• _Exercise inputs_
^^^^

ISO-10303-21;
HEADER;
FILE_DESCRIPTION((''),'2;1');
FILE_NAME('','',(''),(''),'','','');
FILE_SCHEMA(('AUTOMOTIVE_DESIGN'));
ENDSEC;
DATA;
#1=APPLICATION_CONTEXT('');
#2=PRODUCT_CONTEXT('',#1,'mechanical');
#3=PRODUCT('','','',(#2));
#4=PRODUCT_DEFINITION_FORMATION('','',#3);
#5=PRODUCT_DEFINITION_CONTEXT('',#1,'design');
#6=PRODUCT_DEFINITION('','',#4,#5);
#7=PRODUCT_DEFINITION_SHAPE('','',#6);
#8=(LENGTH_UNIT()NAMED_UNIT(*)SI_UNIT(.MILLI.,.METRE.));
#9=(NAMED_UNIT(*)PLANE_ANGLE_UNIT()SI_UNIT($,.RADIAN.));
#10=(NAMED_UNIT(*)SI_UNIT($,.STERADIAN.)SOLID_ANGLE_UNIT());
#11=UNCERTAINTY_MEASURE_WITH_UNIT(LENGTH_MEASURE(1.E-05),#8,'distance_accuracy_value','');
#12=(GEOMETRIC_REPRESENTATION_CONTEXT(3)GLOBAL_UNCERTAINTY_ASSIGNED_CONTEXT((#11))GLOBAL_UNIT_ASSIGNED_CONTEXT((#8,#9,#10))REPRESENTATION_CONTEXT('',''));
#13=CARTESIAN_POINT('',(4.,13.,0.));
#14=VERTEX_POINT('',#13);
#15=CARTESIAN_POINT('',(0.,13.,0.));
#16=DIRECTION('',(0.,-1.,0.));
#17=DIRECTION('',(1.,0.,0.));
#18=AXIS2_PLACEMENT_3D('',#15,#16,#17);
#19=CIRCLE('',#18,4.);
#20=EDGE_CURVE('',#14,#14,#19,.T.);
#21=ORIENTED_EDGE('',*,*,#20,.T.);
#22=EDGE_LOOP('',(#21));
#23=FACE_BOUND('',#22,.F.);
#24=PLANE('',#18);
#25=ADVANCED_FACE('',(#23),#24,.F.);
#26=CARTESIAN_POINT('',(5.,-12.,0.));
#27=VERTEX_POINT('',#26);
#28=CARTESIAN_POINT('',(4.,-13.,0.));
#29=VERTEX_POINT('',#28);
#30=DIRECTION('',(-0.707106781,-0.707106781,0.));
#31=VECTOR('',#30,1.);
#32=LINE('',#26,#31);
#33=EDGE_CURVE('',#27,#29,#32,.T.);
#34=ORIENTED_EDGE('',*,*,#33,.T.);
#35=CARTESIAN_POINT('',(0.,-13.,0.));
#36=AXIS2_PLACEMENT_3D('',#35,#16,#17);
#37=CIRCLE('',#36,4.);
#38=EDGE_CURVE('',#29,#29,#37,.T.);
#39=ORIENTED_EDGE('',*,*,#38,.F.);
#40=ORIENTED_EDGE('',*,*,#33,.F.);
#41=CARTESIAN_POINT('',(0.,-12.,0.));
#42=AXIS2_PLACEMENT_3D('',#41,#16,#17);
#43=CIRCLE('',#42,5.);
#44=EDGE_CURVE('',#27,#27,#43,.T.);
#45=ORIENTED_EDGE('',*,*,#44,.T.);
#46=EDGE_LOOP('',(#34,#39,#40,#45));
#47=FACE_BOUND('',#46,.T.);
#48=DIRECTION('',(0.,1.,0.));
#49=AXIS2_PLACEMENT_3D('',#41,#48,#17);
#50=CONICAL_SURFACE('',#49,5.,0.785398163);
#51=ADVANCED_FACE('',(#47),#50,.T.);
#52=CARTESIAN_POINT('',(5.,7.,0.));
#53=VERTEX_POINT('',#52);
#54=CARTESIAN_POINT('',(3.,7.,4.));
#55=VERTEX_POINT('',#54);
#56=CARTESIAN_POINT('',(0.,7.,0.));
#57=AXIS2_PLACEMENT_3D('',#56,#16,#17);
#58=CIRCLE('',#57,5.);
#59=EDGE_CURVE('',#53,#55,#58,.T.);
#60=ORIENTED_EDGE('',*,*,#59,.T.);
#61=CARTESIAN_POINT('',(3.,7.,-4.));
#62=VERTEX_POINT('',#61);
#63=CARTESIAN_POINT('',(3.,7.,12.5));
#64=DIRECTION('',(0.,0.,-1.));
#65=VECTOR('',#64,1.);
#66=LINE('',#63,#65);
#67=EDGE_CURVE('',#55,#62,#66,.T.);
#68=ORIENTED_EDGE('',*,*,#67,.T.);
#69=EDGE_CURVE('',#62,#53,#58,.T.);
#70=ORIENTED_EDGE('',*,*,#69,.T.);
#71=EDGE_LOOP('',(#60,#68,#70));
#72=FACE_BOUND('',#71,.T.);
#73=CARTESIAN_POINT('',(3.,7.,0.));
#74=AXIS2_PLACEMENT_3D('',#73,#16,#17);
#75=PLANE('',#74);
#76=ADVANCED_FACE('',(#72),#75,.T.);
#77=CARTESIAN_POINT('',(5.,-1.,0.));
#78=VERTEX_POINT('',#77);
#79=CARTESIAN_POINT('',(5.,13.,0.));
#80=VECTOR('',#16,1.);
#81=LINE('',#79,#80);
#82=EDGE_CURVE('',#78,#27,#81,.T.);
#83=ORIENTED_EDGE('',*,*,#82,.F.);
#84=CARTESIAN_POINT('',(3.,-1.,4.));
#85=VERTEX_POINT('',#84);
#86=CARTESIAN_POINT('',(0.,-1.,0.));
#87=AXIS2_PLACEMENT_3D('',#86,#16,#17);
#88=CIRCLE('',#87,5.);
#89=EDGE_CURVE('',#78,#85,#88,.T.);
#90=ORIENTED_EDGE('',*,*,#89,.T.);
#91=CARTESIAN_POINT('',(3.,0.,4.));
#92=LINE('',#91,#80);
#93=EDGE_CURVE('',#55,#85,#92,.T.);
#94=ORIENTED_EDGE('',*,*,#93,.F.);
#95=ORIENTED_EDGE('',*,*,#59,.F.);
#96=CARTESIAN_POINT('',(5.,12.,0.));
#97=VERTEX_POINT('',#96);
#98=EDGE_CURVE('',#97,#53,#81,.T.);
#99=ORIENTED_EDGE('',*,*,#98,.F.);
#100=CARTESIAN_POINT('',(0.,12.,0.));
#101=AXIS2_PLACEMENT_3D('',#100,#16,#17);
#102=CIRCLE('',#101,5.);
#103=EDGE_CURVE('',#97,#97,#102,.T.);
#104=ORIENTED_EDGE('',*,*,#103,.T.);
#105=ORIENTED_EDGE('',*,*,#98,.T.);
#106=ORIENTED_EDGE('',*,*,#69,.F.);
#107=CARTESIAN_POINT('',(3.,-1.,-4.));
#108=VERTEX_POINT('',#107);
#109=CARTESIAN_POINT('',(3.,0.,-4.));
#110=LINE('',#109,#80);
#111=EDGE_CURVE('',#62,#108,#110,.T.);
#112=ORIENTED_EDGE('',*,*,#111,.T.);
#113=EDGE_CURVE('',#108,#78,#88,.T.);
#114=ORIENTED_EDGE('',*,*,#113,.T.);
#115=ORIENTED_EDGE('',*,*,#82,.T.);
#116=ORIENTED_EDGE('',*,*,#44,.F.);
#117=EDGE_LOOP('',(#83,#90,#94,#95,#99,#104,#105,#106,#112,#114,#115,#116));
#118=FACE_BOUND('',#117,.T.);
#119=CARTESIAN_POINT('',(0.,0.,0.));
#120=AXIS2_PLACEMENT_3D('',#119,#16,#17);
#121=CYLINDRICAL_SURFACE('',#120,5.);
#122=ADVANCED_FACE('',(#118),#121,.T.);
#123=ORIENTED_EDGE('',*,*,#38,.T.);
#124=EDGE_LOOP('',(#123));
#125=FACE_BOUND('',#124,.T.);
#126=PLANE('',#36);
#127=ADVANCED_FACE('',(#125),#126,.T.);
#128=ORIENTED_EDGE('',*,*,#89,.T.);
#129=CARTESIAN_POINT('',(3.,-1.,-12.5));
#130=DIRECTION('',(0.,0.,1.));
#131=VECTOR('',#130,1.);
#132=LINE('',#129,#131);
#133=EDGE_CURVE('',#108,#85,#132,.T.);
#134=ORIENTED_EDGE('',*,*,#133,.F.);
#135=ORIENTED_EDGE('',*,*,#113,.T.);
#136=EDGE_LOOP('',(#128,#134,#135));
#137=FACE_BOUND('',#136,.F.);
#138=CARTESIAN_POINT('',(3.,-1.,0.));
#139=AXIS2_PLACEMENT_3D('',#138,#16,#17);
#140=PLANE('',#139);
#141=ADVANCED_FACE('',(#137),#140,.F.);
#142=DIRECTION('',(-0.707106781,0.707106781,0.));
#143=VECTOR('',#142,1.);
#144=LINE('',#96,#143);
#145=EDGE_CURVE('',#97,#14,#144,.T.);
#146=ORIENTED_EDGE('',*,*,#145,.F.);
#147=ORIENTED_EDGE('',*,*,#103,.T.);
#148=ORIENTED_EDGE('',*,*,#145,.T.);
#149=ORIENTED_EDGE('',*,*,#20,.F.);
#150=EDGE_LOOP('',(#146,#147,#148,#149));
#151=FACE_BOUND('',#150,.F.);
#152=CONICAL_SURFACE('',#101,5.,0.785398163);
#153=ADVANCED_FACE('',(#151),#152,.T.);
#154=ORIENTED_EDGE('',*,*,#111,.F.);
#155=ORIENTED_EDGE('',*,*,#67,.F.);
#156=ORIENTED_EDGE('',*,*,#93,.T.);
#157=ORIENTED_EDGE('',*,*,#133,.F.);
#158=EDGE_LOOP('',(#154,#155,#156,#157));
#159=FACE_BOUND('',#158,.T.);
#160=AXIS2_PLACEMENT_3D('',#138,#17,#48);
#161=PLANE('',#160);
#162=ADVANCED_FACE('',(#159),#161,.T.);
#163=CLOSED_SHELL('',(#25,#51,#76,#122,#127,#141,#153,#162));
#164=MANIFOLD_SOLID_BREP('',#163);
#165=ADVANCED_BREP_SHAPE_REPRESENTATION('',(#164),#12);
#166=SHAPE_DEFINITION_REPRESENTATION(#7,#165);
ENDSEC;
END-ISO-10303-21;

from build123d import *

# Parameters (mm, degrees)
F0_R     = 5
F1_DEPTH = 13
F2_SIZE  = 1
F3_W     = 2
F3_H     = 8
F4_DEPTH = 12.5


with BuildPart() as f1:
    # F0 (on Front) → F1 (new body, symmetric)
    with BuildSketch(Plane.XZ):
        Circle(F0_R)
    extrude(amount=F1_DEPTH, both=True)

    # F2
    f2_edges = [f1.edges().sort_by_distance(p)[0] for p in [
        (-5, -13, 0),
        (-5, 13, 0),
    ]]
    chamfer(f2_edges, length=F2_SIZE)

    # F3 (on Top) → F4 (cut, symmetric)
    with BuildSketch(Plane.XY):
        with Locations((4, 3)):
            Rectangle(F3_W, F3_H)
    extrude(amount=F4_DEPTH, both=True, mode=Mode.SUBTRACT)


solid = f1.part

^^^^

• _What you will do_
Return nothing but the lines from the top of the records above through the line that has "#53=VERTEX_POINT('',#52);". Keep each one exact.

• _Answer to the problem_
ISO-10303-21;
HEADER;
FILE_DESCRIPTION((''),'2;1');
FILE_NAME('','',(''),(''),'','','');
FILE_SCHEMA(('AUTOMOTIVE_DESIGN'));
ENDSEC;
DATA;
#1=APPLICATION_CONTEXT('');
#2=PRODUCT_CONTEXT('',#1,'mechanical');
#3=PRODUCT('','','',(#2));
#4=PRODUCT_DEFINITION_FORMATION('','',#3);
#5=PRODUCT_DEFINITION_CONTEXT('',#1,'design');
#6=PRODUCT_DEFINITION('','',#4,#5);
#7=PRODUCT_DEFINITION_SHAPE('','',#6);
#8=(LENGTH_UNIT()NAMED_UNIT(*)SI_UNIT(.MILLI.,.METRE.));
#9=(NAMED_UNIT(*)PLANE_ANGLE_UNIT()SI_UNIT($,.RADIAN.));
#10=(NAMED_UNIT(*)SI_UNIT($,.STERADIAN.)SOLID_ANGLE_UNIT());
#11=UNCERTAINTY_MEASURE_WITH_UNIT(LENGTH_MEASURE(1.E-05),#8,'distance_accuracy_value','');
#12=(GEOMETRIC_REPRESENTATION_CONTEXT(3)GLOBAL_UNCERTAINTY_ASSIGNED_CONTEXT((#11))GLOBAL_UNIT_ASSIGNED_CONTEXT((#8,#9,#10))REPRESENTATION_CONTEXT('',''));
#13=CARTESIAN_POINT('',(4.,13.,0.));
#14=VERTEX_POINT('',#13);
#15=CARTESIAN_POINT('',(0.,13.,0.));
#16=DIRECTION('',(0.,-1.,0.));
#17=DIRECTION('',(1.,0.,0.));
#18=AXIS2_PLACEMENT_3D('',#15,#16,#17);
#19=CIRCLE('',#18,4.);
#20=EDGE_CURVE('',#14,#14,#19,.T.);
#21=ORIENTED_EDGE('',*,*,#20,.T.);
#22=EDGE_LOOP('',(#21));
#23=FACE_BOUND('',#22,.F.);
#24=PLANE('',#18);
#25=ADVANCED_FACE('',(#23),#24,.F.);
#26=CARTESIAN_POINT('',(5.,-12.,0.));
#27=VERTEX_POINT('',#26);
#28=CARTESIAN_POINT('',(4.,-13.,0.));
#29=VERTEX_POINT('',#28);
#30=DIRECTION('',(-0.707106781,-0.707106781,0.));
#31=VECTOR('',#30,1.);
#32=LINE('',#26,#31);
#33=EDGE_CURVE('',#27,#29,#32,.T.);
#34=ORIENTED_EDGE('',*,*,#33,.T.);
#35=CARTESIAN_POINT('',(0.,-13.,0.));
#36=AXIS2_PLACEMENT_3D('',#35,#16,#17);
#37=CIRCLE('',#36,4.);
#38=EDGE_CURVE('',#29,#29,#37,.T.);
#39=ORIENTED_EDGE('',*,*,#38,.F.);
#40=ORIENTED_EDGE('',*,*,#33,.F.);
#41=CARTESIAN_POINT('',(0.,-12.,0.));
#42=AXIS2_PLACEMENT_3D('',#41,#16,#17);
#43=CIRCLE('',#42,5.);
#44=EDGE_CURVE('',#27,#27,#43,.T.);
#45=ORIENTED_EDGE('',*,*,#44,.T.);
#46=EDGE_LOOP('',(#34,#39,#40,#45));
#47=FACE_BOUND('',#46,.T.);
#48=DIRECTION('',(0.,1.,0.));
#49=AXIS2_PLACEMENT_3D('',#41,#48,#17);
#50=CONICAL_SURFACE('',#49,5.,0.785398163);
#51=ADVANCED_FACE('',(#47),#50,.T.);
#52=CARTESIAN_POINT('',(5.,7.,0.));
#53=VERTEX_POINT('',#52);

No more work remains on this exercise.